Monday, May 26, 2008

Tales From the Anthill


The city itself is home or work to no less than 15 to 20 million people. It boasts the planet’s busiest and most efficient public transportation system while maintaining one of the world’s lowest crime rates for a major city. But you can get all that from entering “Tokyo” into Wikipedia -trust me I just did it- but what does that actually reveal about the city?

Along with New York, Paris, London et al, Tokyo is considered a hub of fashion, commerce and (sometimes) artistic endeavor. It’s impressive to tell non-Tokyoites you live in Tokyo but you have to say TOKEEYO and dare not explain some of the lesser-known gems in the city for fear of getting that glazed over expression in return.

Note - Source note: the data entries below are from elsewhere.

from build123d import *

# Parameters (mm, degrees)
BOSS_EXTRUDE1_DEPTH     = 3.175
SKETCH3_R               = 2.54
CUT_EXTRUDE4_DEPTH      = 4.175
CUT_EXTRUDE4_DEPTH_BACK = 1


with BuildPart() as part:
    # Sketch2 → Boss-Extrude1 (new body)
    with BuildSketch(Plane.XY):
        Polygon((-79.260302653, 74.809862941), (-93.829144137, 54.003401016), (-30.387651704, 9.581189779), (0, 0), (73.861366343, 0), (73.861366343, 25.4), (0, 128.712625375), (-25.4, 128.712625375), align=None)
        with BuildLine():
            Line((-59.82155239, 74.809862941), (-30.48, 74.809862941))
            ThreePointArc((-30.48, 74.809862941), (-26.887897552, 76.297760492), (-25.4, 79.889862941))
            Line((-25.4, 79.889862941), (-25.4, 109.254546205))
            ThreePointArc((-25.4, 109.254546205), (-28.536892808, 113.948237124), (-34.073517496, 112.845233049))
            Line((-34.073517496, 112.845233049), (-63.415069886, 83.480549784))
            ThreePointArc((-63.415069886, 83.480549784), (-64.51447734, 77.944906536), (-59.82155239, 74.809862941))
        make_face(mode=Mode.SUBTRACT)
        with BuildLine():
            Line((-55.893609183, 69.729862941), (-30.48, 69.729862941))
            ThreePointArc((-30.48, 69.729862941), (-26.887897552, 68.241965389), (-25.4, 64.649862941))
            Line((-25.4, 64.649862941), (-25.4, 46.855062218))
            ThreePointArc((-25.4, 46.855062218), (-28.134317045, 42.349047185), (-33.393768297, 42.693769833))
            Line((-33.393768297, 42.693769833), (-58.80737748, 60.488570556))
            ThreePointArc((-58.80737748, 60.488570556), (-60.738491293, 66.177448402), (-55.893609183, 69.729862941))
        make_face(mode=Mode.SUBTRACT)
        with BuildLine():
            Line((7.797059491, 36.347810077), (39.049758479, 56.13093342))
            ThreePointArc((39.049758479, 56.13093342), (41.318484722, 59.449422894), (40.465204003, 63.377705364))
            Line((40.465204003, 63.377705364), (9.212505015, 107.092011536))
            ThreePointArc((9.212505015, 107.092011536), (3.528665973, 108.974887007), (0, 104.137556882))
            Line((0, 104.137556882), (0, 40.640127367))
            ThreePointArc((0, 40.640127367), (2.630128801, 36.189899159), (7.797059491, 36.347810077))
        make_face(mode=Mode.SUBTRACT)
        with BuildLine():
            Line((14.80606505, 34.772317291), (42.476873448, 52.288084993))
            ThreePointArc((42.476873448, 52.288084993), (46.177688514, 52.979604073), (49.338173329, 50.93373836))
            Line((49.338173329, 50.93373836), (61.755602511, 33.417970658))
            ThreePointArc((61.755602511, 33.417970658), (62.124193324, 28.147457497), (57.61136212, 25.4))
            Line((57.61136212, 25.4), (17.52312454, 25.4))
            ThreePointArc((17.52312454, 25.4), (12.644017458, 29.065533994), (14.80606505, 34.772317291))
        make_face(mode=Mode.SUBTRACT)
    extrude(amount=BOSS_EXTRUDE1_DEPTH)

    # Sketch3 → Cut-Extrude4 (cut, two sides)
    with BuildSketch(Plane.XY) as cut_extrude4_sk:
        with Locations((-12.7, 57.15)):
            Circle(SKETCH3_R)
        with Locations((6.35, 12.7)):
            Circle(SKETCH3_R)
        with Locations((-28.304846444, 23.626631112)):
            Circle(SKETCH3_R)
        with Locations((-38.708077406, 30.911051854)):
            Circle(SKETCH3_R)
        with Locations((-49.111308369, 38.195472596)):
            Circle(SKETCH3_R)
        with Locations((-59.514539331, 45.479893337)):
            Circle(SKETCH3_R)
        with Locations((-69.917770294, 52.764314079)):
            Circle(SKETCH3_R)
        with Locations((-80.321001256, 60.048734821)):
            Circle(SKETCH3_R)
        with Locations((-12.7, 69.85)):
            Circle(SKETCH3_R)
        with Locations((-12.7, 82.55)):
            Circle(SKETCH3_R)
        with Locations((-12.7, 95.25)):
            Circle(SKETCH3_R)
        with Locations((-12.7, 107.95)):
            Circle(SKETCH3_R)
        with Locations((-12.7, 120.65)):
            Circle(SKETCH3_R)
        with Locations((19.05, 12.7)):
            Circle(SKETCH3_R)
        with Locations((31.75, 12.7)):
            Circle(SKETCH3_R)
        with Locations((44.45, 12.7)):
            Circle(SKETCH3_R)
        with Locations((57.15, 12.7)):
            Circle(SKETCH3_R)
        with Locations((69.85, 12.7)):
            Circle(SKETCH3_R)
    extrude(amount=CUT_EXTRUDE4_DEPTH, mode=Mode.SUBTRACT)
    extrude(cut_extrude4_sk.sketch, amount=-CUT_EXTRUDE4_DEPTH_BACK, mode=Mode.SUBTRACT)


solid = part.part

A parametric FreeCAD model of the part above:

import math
import FreeCAD as App
import Part
import Sketcher
from FreeCAD import Vector
Q = App.Units.Quantity

doc = App.newDocument("Part")
body = doc.addObject("PartDesign::Body", "Body")

# Sketch on XY plane
sketch1 = body.newObject("Sketcher::SketchObject", "Sketch")
sketch1.AttachmentSupport = (doc.getObject("XY_Plane"), [""])
sketch1.MapMode = "FlatFace"
sketch1.addGeometry(Part.LineSegment(Vector(-79, 75, 0), Vector(-94, 54, 0)), False)
sketch1.addGeometry(Part.LineSegment(Vector(-94, 54, 0), Vector(-30, 10, 0)), False)
sketch1.addGeometry(Part.LineSegment(Vector(-30, 10, 0), Vector(0, 0, 0)), False)
sketch1.addGeometry(Part.LineSegment(Vector(0, 0, 0), Vector(74, 0, 0)), False)
sketch1.addGeometry(Part.LineSegment(Vector(74, 0, 0), Vector(74, 25, 0)), False)
sketch1.addGeometry(Part.LineSegment(Vector(74, 25, 0), Vector(0, 129, 0)), False)
sketch1.addGeometry(Part.LineSegment(Vector(0, 129, 0), Vector(-25, 129, 0)), False)
sketch1.addGeometry(Part.LineSegment(Vector(-25, 129, 0), Vector(-79, 75, 0)), False)
sketch1.addGeometry(Part.ArcOfCircle(Part.Circle(Vector(-56, 65, 0), Vector(0, 0, 1), 5), math.radians(90), math.radians(235)), False)
sketch1.addGeometry(Part.LineSegment(Vector(-56, 70, 0), Vector(-30, 70, 0)), False)
sketch1.addGeometry(Part.ArcOfCircle(Part.Circle(Vector(-30, 65, 0), Vector(0, 0, 1), 5), math.radians(0), math.radians(90)), False)
sketch1.addGeometry(Part.LineSegment(Vector(-25, 65, 0), Vector(-25, 47, 0)), False)
sketch1.addGeometry(Part.ArcOfCircle(Part.Circle(Vector(-30, 47, 0), Vector(0, 0, 1), 5), math.radians(-125), math.radians(0)), False)
sketch1.addGeometry(Part.LineSegment(Vector(-33, 43, 0), Vector(-59, 60, 0)), False)
sketch1.addGeometry(Part.ArcOfCircle(Part.Circle(Vector(18, 30, 0), Vector(0, 0, 1), 5), math.radians(122), math.radians(270)), False)
sketch1.addGeometry(Part.LineSegment(Vector(15, 35, 0), Vector(42, 52, 0)), False)
sketch1.addGeometry(Part.ArcOfCircle(Part.Circle(Vector(45, 48, 0), Vector(0, 0, 1), 5), math.radians(35), math.radians(122)), False)
sketch1.addGeometry(Part.LineSegment(Vector(49, 51, 0), Vector(62, 33, 0)), False)
sketch1.addGeometry(Part.ArcOfCircle(Part.Circle(Vector(58, 30, 0), Vector(0, 0, 1), 5), math.radians(-90), math.radians(35)), False)
sketch1.addGeometry(Part.LineSegment(Vector(58, 25, 0), Vector(18, 25, 0)), False)
sketch1.addGeometry(Part.LineSegment(Vector(-30, 75, 0), Vector(-60, 75, 0)), False)
sketch1.addGeometry(Part.ArcOfCircle(Part.Circle(Vector(-60, 80, 0), Vector(0, 0, 1), 5), math.radians(135), math.radians(270)), False)
sketch1.addGeometry(Part.LineSegment(Vector(-63, 83, 0), Vector(-34, 113, 0)), False)
sketch1.addGeometry(Part.ArcOfCircle(Part.Circle(Vector(-30, 109, 0), Vector(0, 0, 1), 5), math.radians(0), math.radians(135)), False)
sketch1.addGeometry(Part.LineSegment(Vector(-25, 109, 0), Vector(-25, 80, 0)), False)
sketch1.addGeometry(Part.ArcOfCircle(Part.Circle(Vector(-30, 80, 0), Vector(0, 0, 1), 5), math.radians(-90), math.radians(0)), False)
sketch1.addGeometry(Part.LineSegment(Vector(39, 56, 0), Vector(8, 36, 0)), False)
sketch1.addGeometry(Part.ArcOfCircle(Part.Circle(Vector(5, 41, 0), Vector(0, 0, 1), 5), math.radians(-180), math.radians(-58)), False)
sketch1.addGeometry(Part.LineSegment(Vector(0, 41, 0), Vector(0, 104, 0)), False)
sketch1.addGeometry(Part.ArcOfCircle(Part.Circle(Vector(5, 104, 0), Vector(0, 0, 1), 5), math.radians(36), math.radians(180)), False)
sketch1.addGeometry(Part.LineSegment(Vector(9, 107, 0), Vector(40, 63, 0)), False)
sketch1.addGeometry(Part.ArcOfCircle(Part.Circle(Vector(36, 60, 0), Vector(0, 0, 1), 5), math.radians(-58), math.radians(36)), False)
sketch1.addConstraint(Sketcher.Constraint("Coincident", 0, 2, 1, 1))
sketch1.addConstraint(Sketcher.Constraint("Coincident", 1, 2, 2, 1))
sketch1.addConstraint(Sketcher.Constraint("Coincident", 2, 2, 3, 1))
sketch1.addConstraint(Sketcher.Constraint("Coincident", 3, 2, 4, 1))
sketch1.addConstraint(Sketcher.Constraint("Coincident", 4, 2, 5, 1))
sketch1.addConstraint(Sketcher.Constraint("Coincident", 5, 2, 6, 1))
sketch1.addConstraint(Sketcher.Constraint("Coincident", 6, 2, 7, 1))
sketch1.addConstraint(Sketcher.Constraint("Coincident", 7, 2, 0, 1))
sketch1.addConstraint(Sketcher.Constraint("Tangent", 8, 1, 9, 1))
sketch1.addConstraint(Sketcher.Constraint("Tangent", 9, 2, 10, 2))
sketch1.addConstraint(Sketcher.Constraint("Tangent", 10, 1, 11, 1))
sketch1.addConstraint(Sketcher.Constraint("Tangent", 11, 2, 12, 2))
sketch1.addConstraint(Sketcher.Constraint("Tangent", 12, 1, 13, 1))
sketch1.addConstraint(Sketcher.Constraint("Tangent", 13, 2, 8, 2))
sketch1.addConstraint(Sketcher.Constraint("Tangent", 14, 1, 15, 1))
sketch1.addConstraint(Sketcher.Constraint("Tangent", 15, 2, 16, 2))
sketch1.addConstraint(Sketcher.Constraint("Tangent", 16, 1, 17, 1))
sketch1.addConstraint(Sketcher.Constraint("Tangent", 17, 2, 18, 2))
sketch1.addConstraint(Sketcher.Constraint("Tangent", 18, 1, 19, 1))
sketch1.addConstraint(Sketcher.Constraint("Tangent", 19, 2, 14, 2))
sketch1.addConstraint(Sketcher.Constraint("Tangent", 20, 2, 21, 2))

I’ve seen those glassy eyes; they appear while your listener files through the stock footage in their head, mixed with stale notions of bright lights and opulence. Challenge anybody beyond the glittery image and try to explain the idiosyncrasies of life here in the "Big Mikan" and you surely will suffer a similar fate.

In “Metropolis” the movie, the Fritz Lange masterpiece, or yawn fest depending your perspective, the workers file towards their daily drudge like zombies in a procession. They stare in a daze and follow the worker drone ahead. There are moments here, usually during rush hour, when train stations seem to house endless lines of drone ants, and the trains trains are packed like hives.

Consider the intricate mazes dug under all major train stations and watch people dart around, sometimes in lines though often not. Hardly a bump or stutter in step interrupts urban professionals as they transfer trains and rush off to “the grind.” Outside Tokyoites scurry through streets and tunnels and then into the bellies of skyscrapers ostensibly unaware of their surroundings.

It’s what I call "The Anthill." But with so many millions of inhabitants and variants to match, such as rich housewives and homeless drunks, police officers and yakuza gangsters, drunk salarymen and studious high school girls not mention countless other polar opposites, you have to question the notion that Japan-at least in Tokyo- is really so steeped in uniformity. The polar opposite of rush hour, last train often smells like the bar you just left and is much more lively and fun.

Much like my films, this blog will introduce sectors of Japanese society never mentioned in the tourist brochures. Publishing is open to fellow Tokyoites, or others who to want write about their own anthills, but only to those who have a different slant on life in their city. My slant just happens to be “foreign filmmaker in Tokyo” but often that won't relate.

I’m basically open to any submissions/subjects with merit.




Let the tales begin!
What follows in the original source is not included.